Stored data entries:
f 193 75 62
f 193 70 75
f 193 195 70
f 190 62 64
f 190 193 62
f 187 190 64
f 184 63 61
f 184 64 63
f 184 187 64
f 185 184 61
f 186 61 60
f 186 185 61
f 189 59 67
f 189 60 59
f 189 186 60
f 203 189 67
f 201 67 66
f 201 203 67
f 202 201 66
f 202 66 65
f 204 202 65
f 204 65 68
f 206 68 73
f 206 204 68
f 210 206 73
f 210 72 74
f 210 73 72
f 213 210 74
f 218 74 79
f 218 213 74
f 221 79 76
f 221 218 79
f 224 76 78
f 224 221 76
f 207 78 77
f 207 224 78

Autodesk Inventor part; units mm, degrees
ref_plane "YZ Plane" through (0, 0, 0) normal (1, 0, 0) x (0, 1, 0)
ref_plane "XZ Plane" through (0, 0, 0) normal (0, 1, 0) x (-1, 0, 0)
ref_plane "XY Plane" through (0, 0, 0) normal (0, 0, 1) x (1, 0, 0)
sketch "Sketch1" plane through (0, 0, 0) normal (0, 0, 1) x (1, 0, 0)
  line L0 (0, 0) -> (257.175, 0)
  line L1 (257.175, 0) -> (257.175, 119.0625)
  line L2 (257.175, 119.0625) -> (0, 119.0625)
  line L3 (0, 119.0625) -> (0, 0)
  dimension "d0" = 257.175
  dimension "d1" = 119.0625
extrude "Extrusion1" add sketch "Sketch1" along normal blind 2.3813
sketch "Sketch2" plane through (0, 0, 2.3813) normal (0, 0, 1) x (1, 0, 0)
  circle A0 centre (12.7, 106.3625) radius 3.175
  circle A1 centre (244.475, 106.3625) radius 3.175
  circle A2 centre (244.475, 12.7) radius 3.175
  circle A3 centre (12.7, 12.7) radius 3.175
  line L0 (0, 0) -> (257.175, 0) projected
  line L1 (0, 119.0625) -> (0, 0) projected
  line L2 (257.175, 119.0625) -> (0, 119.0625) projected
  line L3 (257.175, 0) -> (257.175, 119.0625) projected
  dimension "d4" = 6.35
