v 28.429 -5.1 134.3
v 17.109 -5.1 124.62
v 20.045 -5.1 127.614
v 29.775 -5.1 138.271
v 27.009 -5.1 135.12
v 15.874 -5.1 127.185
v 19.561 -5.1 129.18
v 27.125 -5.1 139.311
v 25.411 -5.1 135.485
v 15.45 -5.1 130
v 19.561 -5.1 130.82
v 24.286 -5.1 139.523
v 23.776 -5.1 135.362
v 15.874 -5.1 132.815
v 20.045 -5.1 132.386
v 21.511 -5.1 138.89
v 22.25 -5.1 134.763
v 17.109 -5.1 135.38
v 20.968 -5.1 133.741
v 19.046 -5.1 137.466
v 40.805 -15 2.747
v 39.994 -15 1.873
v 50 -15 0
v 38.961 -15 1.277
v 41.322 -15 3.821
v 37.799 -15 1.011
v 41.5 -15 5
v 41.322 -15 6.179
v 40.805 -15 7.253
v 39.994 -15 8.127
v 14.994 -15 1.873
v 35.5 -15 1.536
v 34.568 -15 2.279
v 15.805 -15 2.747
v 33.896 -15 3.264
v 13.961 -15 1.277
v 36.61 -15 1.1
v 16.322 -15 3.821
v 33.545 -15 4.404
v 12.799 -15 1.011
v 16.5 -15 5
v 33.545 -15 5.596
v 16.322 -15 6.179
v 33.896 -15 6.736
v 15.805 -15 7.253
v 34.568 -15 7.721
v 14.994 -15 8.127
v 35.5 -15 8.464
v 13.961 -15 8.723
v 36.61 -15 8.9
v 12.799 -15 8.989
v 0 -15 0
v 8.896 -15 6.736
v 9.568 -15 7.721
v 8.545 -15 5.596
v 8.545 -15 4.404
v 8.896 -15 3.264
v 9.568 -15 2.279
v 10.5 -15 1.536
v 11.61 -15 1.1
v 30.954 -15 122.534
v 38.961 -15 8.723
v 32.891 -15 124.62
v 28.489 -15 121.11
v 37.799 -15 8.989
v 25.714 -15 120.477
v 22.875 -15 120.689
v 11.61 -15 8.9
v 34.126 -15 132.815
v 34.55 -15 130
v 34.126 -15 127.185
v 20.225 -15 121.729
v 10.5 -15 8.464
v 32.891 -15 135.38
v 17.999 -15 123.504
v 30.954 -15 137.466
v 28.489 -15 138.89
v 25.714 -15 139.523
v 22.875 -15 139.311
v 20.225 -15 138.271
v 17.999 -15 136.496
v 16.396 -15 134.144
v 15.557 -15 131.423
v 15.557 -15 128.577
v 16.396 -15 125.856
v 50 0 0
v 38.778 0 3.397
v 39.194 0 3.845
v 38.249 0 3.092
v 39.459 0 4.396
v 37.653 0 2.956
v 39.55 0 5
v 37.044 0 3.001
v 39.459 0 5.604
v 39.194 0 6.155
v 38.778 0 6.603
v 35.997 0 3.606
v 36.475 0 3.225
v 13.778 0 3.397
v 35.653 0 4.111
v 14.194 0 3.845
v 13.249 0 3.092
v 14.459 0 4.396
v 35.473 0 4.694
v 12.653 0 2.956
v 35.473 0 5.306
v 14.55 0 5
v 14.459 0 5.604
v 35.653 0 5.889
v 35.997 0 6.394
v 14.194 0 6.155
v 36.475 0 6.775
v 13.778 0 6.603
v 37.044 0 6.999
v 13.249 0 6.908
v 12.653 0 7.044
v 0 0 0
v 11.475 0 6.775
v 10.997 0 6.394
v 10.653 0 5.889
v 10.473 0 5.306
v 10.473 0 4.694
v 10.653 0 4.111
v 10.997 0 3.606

---

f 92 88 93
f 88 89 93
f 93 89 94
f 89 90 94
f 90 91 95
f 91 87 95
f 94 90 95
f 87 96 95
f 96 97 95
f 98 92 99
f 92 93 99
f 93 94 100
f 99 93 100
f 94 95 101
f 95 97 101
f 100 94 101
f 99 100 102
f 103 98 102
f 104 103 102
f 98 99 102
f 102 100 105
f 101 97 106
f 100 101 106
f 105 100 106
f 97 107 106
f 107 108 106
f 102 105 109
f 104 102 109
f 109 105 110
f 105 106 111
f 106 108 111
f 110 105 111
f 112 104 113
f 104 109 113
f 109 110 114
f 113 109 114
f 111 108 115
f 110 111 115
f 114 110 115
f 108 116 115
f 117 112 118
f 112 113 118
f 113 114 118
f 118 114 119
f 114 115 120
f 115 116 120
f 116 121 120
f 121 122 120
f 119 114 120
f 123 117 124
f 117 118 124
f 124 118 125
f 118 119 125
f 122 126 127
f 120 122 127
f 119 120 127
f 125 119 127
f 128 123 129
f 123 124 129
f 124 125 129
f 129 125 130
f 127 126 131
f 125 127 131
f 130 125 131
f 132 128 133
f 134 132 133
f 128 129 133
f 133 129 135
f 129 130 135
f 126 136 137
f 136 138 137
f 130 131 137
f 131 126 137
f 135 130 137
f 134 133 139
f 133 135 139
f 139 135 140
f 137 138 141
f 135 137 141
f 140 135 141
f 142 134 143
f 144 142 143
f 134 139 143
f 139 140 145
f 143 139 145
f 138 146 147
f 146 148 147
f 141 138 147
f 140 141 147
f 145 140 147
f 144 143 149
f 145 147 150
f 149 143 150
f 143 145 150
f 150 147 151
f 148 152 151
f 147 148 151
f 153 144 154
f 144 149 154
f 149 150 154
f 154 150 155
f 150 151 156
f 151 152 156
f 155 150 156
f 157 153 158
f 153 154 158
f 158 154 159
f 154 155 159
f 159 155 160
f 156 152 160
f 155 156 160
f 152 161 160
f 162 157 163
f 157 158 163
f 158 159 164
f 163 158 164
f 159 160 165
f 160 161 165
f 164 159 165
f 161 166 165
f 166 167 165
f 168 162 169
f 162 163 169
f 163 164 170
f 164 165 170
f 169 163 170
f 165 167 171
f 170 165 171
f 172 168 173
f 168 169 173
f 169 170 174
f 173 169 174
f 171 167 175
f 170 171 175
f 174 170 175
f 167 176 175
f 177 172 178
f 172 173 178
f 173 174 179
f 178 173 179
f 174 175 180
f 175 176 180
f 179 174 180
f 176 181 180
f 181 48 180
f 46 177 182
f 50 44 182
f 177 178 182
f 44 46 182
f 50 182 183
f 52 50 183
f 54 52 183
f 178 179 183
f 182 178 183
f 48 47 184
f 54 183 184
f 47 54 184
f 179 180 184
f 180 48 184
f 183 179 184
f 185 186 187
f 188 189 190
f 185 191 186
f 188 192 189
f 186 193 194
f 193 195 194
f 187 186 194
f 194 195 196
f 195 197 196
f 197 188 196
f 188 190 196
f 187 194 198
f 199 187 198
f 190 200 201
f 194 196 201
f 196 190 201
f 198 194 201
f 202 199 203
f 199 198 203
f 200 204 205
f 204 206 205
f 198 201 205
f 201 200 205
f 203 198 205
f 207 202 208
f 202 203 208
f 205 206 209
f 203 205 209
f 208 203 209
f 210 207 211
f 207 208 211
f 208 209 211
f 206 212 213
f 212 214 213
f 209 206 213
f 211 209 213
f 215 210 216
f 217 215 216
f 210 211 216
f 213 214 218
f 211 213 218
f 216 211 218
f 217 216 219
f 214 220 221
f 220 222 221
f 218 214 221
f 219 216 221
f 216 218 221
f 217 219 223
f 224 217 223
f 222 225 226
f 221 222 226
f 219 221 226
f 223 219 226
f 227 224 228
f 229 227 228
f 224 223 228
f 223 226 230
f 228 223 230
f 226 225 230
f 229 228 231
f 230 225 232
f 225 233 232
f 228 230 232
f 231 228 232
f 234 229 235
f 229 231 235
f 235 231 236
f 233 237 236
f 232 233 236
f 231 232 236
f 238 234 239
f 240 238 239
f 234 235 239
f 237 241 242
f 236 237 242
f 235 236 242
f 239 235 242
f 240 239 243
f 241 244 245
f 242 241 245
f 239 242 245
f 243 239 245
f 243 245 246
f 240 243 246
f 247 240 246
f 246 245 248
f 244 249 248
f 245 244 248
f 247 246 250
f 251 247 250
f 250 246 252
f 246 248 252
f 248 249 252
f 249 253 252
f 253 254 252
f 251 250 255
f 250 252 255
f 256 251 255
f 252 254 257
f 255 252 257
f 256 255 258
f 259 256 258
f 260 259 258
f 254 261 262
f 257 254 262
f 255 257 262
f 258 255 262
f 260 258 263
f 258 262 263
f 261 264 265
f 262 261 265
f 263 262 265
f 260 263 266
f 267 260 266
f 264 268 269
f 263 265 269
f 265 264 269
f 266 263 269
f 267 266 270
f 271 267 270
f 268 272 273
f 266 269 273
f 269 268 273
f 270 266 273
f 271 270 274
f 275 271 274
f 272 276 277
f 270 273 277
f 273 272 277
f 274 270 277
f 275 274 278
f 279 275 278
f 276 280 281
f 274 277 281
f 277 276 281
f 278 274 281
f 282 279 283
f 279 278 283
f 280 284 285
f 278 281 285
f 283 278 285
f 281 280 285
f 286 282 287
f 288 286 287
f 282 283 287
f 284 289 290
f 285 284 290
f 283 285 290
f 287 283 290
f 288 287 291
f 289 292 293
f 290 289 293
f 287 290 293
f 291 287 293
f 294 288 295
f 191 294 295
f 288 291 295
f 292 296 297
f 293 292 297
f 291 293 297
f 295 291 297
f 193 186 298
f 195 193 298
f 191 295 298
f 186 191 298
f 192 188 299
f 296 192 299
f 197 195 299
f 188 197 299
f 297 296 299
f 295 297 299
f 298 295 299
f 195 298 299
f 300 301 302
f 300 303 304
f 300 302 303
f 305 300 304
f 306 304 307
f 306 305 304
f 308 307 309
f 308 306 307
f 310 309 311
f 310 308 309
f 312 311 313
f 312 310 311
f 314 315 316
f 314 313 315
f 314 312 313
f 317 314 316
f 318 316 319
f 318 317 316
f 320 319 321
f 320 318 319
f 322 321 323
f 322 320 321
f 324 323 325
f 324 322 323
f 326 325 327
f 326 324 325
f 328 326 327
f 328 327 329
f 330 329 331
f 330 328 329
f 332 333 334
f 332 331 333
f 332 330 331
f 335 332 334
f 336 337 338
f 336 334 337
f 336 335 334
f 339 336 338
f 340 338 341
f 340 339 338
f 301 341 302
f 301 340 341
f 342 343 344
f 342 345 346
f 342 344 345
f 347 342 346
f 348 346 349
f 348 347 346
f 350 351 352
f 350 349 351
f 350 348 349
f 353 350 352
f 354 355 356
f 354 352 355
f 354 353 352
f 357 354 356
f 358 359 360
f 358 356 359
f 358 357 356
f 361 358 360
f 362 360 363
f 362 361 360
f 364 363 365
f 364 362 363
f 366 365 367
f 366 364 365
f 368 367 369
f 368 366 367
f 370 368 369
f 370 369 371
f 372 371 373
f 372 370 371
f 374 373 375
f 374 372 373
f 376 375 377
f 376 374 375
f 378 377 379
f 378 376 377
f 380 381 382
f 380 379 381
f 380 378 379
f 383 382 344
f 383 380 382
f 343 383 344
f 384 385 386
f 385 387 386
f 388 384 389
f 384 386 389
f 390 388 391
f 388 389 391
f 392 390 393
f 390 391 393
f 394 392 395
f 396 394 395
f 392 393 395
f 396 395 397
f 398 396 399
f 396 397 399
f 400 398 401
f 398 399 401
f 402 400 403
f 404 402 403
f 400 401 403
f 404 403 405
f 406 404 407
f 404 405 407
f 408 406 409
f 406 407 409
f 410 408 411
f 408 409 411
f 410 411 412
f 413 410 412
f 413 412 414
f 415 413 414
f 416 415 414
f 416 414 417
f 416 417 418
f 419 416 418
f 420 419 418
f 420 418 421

■ What is expected: Each line in the entries above, starting at the line with "f 223 219 226" and ending at the line with "f 235 236 242", is to be printed exactly, and only those lines.

■ Solution:
f 223 219 226
f 227 224 228
f 229 227 228
f 224 223 228
f 223 226 230
f 228 223 230
f 226 225 230
f 229 228 231
f 230 225 232
f 225 233 232
f 228 230 232
f 231 228 232
f 234 229 235
f 229 231 235
f 235 231 236
f 233 237 236
f 232 233 236
f 231 232 236
f 238 234 239
f 240 238 239
f 234 235 239
f 237 241 242
f 236 237 242
f 235 236 242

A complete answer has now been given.